Directions for this task >> Give again, unaltered, the lines of the listing below that run from the line having "v9 (6.119913,11.033735,7)" through the line having "face PLANE(AX(P(-5.196152,9.433735,0),D(0,1,0),D(1,0,0))) rev".

Given information >>
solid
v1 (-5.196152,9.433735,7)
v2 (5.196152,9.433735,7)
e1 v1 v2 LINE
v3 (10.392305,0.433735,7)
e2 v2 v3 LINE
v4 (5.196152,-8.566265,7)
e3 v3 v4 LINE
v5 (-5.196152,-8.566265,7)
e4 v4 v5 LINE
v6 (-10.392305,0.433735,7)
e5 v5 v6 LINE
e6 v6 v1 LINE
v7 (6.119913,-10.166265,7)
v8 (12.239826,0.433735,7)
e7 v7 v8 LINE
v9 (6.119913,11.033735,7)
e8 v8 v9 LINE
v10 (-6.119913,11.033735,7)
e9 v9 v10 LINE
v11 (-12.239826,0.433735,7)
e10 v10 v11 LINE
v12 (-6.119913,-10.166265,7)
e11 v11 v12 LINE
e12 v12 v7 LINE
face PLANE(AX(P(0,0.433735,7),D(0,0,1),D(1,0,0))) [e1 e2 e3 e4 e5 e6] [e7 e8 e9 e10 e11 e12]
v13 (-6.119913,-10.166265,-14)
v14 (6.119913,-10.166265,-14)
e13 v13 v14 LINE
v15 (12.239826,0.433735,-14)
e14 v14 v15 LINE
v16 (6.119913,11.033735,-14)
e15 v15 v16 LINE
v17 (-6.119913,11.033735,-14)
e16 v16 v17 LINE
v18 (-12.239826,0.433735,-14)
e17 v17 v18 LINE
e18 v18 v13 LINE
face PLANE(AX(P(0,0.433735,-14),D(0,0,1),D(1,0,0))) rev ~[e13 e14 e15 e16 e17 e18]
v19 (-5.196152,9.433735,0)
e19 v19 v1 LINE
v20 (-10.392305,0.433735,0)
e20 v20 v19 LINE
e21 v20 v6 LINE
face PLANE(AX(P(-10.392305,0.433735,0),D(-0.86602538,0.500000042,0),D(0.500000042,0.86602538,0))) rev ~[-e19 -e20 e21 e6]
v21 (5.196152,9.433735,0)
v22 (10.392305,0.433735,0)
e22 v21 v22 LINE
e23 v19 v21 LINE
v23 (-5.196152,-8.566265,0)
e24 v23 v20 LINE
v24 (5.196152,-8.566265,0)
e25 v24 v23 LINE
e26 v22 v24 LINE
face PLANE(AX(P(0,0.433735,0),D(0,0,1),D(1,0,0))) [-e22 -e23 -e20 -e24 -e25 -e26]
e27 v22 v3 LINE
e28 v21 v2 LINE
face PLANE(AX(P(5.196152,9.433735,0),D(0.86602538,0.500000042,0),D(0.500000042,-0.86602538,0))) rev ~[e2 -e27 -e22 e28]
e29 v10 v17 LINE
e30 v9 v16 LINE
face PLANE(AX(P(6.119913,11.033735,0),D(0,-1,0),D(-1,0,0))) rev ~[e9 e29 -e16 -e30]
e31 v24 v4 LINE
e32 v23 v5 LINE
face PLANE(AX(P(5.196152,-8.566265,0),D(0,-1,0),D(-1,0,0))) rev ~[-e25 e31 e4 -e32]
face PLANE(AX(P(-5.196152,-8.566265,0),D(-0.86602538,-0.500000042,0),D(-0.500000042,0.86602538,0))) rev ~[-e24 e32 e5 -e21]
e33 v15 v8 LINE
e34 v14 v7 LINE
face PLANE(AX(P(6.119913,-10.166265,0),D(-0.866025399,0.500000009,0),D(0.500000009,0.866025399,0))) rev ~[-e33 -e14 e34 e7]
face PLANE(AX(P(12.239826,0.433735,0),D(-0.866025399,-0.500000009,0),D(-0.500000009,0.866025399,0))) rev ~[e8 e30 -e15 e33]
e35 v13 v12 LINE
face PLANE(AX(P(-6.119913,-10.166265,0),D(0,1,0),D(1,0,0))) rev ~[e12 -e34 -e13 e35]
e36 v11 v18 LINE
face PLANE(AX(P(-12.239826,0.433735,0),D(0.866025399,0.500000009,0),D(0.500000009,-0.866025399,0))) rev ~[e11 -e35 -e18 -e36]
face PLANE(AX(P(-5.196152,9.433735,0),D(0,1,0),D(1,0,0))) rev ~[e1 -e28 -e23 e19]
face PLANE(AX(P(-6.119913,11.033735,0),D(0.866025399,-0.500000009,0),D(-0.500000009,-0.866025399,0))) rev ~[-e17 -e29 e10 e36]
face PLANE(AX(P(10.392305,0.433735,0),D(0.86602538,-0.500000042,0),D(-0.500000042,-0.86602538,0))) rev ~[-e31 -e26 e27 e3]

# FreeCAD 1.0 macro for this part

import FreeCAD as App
import Part
import Sketcher

V = App.Vector
Q = App.Units.Quantity

doc = App.newDocument("Part")
body = doc.addObject("PartDesign::Body", "Body")

# Sketch on XY plane
sketch1 = body.newObject("Sketcher::SketchObject", "Sketch")
sketch1.AttachmentSupport = (doc.getObject("XY_Plane"), [""])
sketch1.MapMode = "FlatFace"
sketch1.addGeometry([
    Part.LineSegment(V(-12, 0, 0), V(-6, -10, 0)),  # 0
    Part.LineSegment(V(-6, -10, 0), V(6, -10, 0)),  # 1
    Part.LineSegment(V(6, -10, 0), V(12, 0, 0)),  # 2
    Part.LineSegment(V(12, 0, 0), V(6, 11, 0)),  # 3
    Part.LineSegment(V(6, 11, 0), V(-6, 11, 0)),  # 4
    Part.LineSegment(V(-6, 11, 0), V(-12, 0, 0)),  # 5
], False)
sketch1.addConstraint([
    Sketcher.Constraint("Coincident", 0, 2, 1, 1),
    Sketcher.Constraint("Coincident", 1, 2, 2, 1),
    Sketcher.Constraint("Coincident", 2, 2, 3, 1),
    Sketcher.Constraint("Coincident", 3, 2, 4, 1),
    Sketcher.Constraint("Coincident", 4, 2, 5, 1),
    Sketcher.Constraint("Coincident", 5, 2, 0, 1),
    Sketcher.Constraint("Horizontal", 1),
    Sketcher.Constraint("Horizontal", 4),
    Sketcher.Constraint("Symmetric", 2, 2, 5, 2, -2),
    Sketcher.Constraint("Parallel", 0, 3),
    Sketcher.Constraint("Parallel", 2, 5),
    Sketcher.Constraint("Vertical", 1, 2, 3, 2),
    Sketcher.Constraint("Vertical", 0, 2, 4, 2),
    Sketcher.Constraint("Angle", 0, Q("-59.999999 deg")),
    Sketcher.Constraint("DistanceY", 1, 2, 2, 2, Q("10.6 mm")),
    Sketcher.Constraint("DistanceX", 1, 1, 1, 2, Q("12.239826 mm")),
    Sketcher.Constraint("DistanceY", 0, 2, -1, 1, Q("10.166265 mm")),
])
pad1 = body.newObject("PartDesign::Pad", "Pad")
pad1.Profile = sketch1
pad1.Length = 14
pad1.Reversed = True

# Sketch on XY plane
sketch2 = body.newObject("Sketcher::SketchObject", "Sketch001")
sketch2.AttachmentSupport = (doc.getObject("XY_Plane"), [""])
sketch2.MapMode = "FlatFace"
sketch2.addGeometry([
    Part.LineSegment(V(-12, 0, 0), V(-6, -10, 0)),  # 0
    Part.LineSegment(V(-6, -10, 0), V(6, -10, 0)),  # 1
    Part.LineSegment(V(6, -10, 0), V(12, 0, 0)),  # 2
    Part.LineSegment(V(12, 0, 0), V(6, 11, 0)),  # 3
    Part.LineSegment(V(6, 11, 0), V(-6, 11, 0)),  # 4
    Part.LineSegment(V(-6, 11, 0), V(-12, 0, 0)),  # 5
    Part.LineSegment(V(5, 9, 0), V(10, 0, 0)),  # 6
    Part.LineSegment(V(10, 0, 0), V(5, -9, 0)),  # 7
    Part.LineSegment(V(5, -9, 0), V(-5, -9, 0)),  # 8
    Part.LineSegment(V(-5, -9, 0), V(-10, 0, 0)),  # 9
    Part.LineSegment(V(-10, 0, 0), V(-5, 9, 0)),  # 10
    Part.LineSegment(V(-5, 9, 0), V(5, 9, 0)),  # 11
], False)
sketch2.addConstraint([
    Sketcher.Constraint("Coincident", 0, 2, 1, 1),
    Sketcher.Constraint("Coincident", 1, 2, 2, 1),
    Sketcher.Constraint("Coincident", 2, 2, 3, 1),
    Sketcher.Constraint("Coincident", 3, 2, 4, 1),
    Sketcher.Constraint("Coincident", 4, 2, 5, 1),
    Sketcher.Constraint("Coincident", 5, 2, 0, 1),
    Sketcher.Constraint("Coincident", 6, 2, 7, 1),
    Sketcher.Constraint("Coincident", 7, 2, 8, 1),
    Sketcher.Constraint("Coincident", 8, 2, 9, 1),
    Sketcher.Constraint("Coincident", 9, 2, 10, 1),
    Sketcher.Constraint("Coincident", 10, 2, 11, 1),
    Sketcher.Constraint("Coincident", 11, 2, 6, 1),
    Sketcher.Constraint("Horizontal", 1),
    Sketcher.Constraint("Horizontal", 4),
    Sketcher.Constraint("Horizontal", 8),
    Sketcher.Constraint("Horizontal", 11),
    Sketcher.Constraint("Symmetric", 2, 2, 5, 2, -2),
    Sketcher.Constraint("Symmetric", 6, 2, 9, 2, -2),
    Sketcher.Constraint("Parallel", 0, 3),
    Sketcher.Constraint("Parallel", 2, 5),
    Sketcher.Constraint("Parallel", 3, 6),
    Sketcher.Constraint("Parallel", 5, 7),
    Sketcher.Constraint("Parallel", 6, 9),
    Sketcher.Constraint("Parallel", 7, 10),
    Sketcher.Constraint("Horizontal", 5, 2, 6, 2),
    Sketcher.Constraint("Vertical", 1, 2, 3, 2),
    Sketcher.Constraint("Vertical", 0, 2, 4, 2),
    Sketcher.Constraint("Vertical", 8, 2, 10, 2),
    Sketcher.Constraint("Angle", 0, Q("-59.999999 deg")),
    Sketcher.Constraint("DistanceY", 7, 2, 6, 2, Q("9 mm")),
    Sketcher.Constraint("DistanceY", 1, 2, 2, 2, Q("10.6 mm")),
    Sketcher.Constraint("DistanceX", 1, 1, 1, 2, Q("12.239826 mm")),
    Sketcher.Constraint("DistanceX", 8, 2, 8, 1, Q("10.392304 mm")),
    Sketcher.Constraint("DistanceY", 0, 2, -1, 1, Q("10.166265 mm")),
])
pad2 = body.newObject("PartDesign::Pad", "Pad001")
pad2.Profile = sketch2
pad2.Length = 7

doc.recompute()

Exercise response >>
v9 (6.119913,11.033735,7)
e8 v8 v9 LINE
v10 (-6.119913,11.033735,7)
e9 v9 v10 LINE
v11 (-12.239826,0.433735,7)
e10 v10 v11 LINE
v12 (-6.119913,-10.166265,7)
e11 v11 v12 LINE
e12 v12 v7 LINE
face PLANE(AX(P(0,0.433735,7),D(0,0,1),D(1,0,0))) [e1 e2 e3 e4 e5 e6] [e7 e8 e9 e10 e11 e12]
v13 (-6.119913,-10.166265,-14)
v14 (6.119913,-10.166265,-14)
e13 v13 v14 LINE
v15 (12.239826,0.433735,-14)
e14 v14 v15 LINE
v16 (6.119913,11.033735,-14)
e15 v15 v16 LINE
v17 (-6.119913,11.033735,-14)
e16 v16 v17 LINE
v18 (-12.239826,0.433735,-14)
e17 v17 v18 LINE
e18 v18 v13 LINE
face PLANE(AX(P(0,0.433735,-14),D(0,0,1),D(1,0,0))) rev ~[e13 e14 e15 e16 e17 e18]
v19 (-5.196152,9.433735,0)
e19 v19 v1 LINE
v20 (-10.392305,0.433735,0)
e20 v20 v19 LINE
e21 v20 v6 LINE
face PLANE(AX(P(-10.392305,0.433735,0),D(-0.86602538,0.500000042,0),D(0.500000042,0.86602538,0))) rev ~[-e19 -e20 e21 e6]
v21 (5.196152,9.433735,0)
v22 (10.392305,0.433735,0)
e22 v21 v22 LINE
e23 v19 v21 LINE
v23 (-5.196152,-8.566265,0)
e24 v23 v20 LINE
v24 (5.196152,-8.566265,0)
e25 v24 v23 LINE
e26 v22 v24 LINE
face PLANE(AX(P(0,0.433735,0),D(0,0,1),D(1,0,0))) [-e22 -e23 -e20 -e24 -e25 -e26]
e27 v22 v3 LINE
e28 v21 v2 LINE
face PLANE(AX(P(5.196152,9.433735,0),D(0.86602538,0.500000042,0),D(0.500000042,-0.86602538,0))) rev ~[e2 -e27 -e22 e28]
e29 v10 v17 LINE
e30 v9 v16 LINE
face PLANE(AX(P(6.119913,11.033735,0),D(0,-1,0),D(-1,0,0))) rev ~[e9 e29 -e16 -e30]
e31 v24 v4 LINE
e32 v23 v5 LINE
face PLANE(AX(P(5.196152,-8.566265,0),D(0,-1,0),D(-1,0,0))) rev ~[-e25 e31 e4 -e32]
face PLANE(AX(P(-5.196152,-8.566265,0),D(-0.86602538,-0.500000042,0),D(-0.500000042,0.86602538,0))) rev ~[-e24 e32 e5 -e21]
e33 v15 v8 LINE
e34 v14 v7 LINE
face PLANE(AX(P(6.119913,-10.166265,0),D(-0.866025399,0.500000009,0),D(0.500000009,0.866025399,0))) rev ~[-e33 -e14 e34 e7]
face PLANE(AX(P(12.239826,0.433735,0),D(-0.866025399,-0.500000009,0),D(-0.500000009,0.866025399,0))) rev ~[e8 e30 -e15 e33]
e35 v13 v12 LINE
face PLANE(AX(P(-6.119913,-10.166265,0),D(0,1,0),D(1,0,0))) rev ~[e12 -e34 -e13 e35]
e36 v11 v18 LINE
face PLANE(AX(P(-12.239826,0.433735,0),D(0.866025399,0.500000009,0),D(0.500000009,-0.866025399,0))) rev ~[e11 -e35 -e18 -e36]
face PLANE(AX(P(-5.196152,9.433735,0),D(0,1,0),D(1,0,0))) rev ~[e1 -e28 -e23 e19]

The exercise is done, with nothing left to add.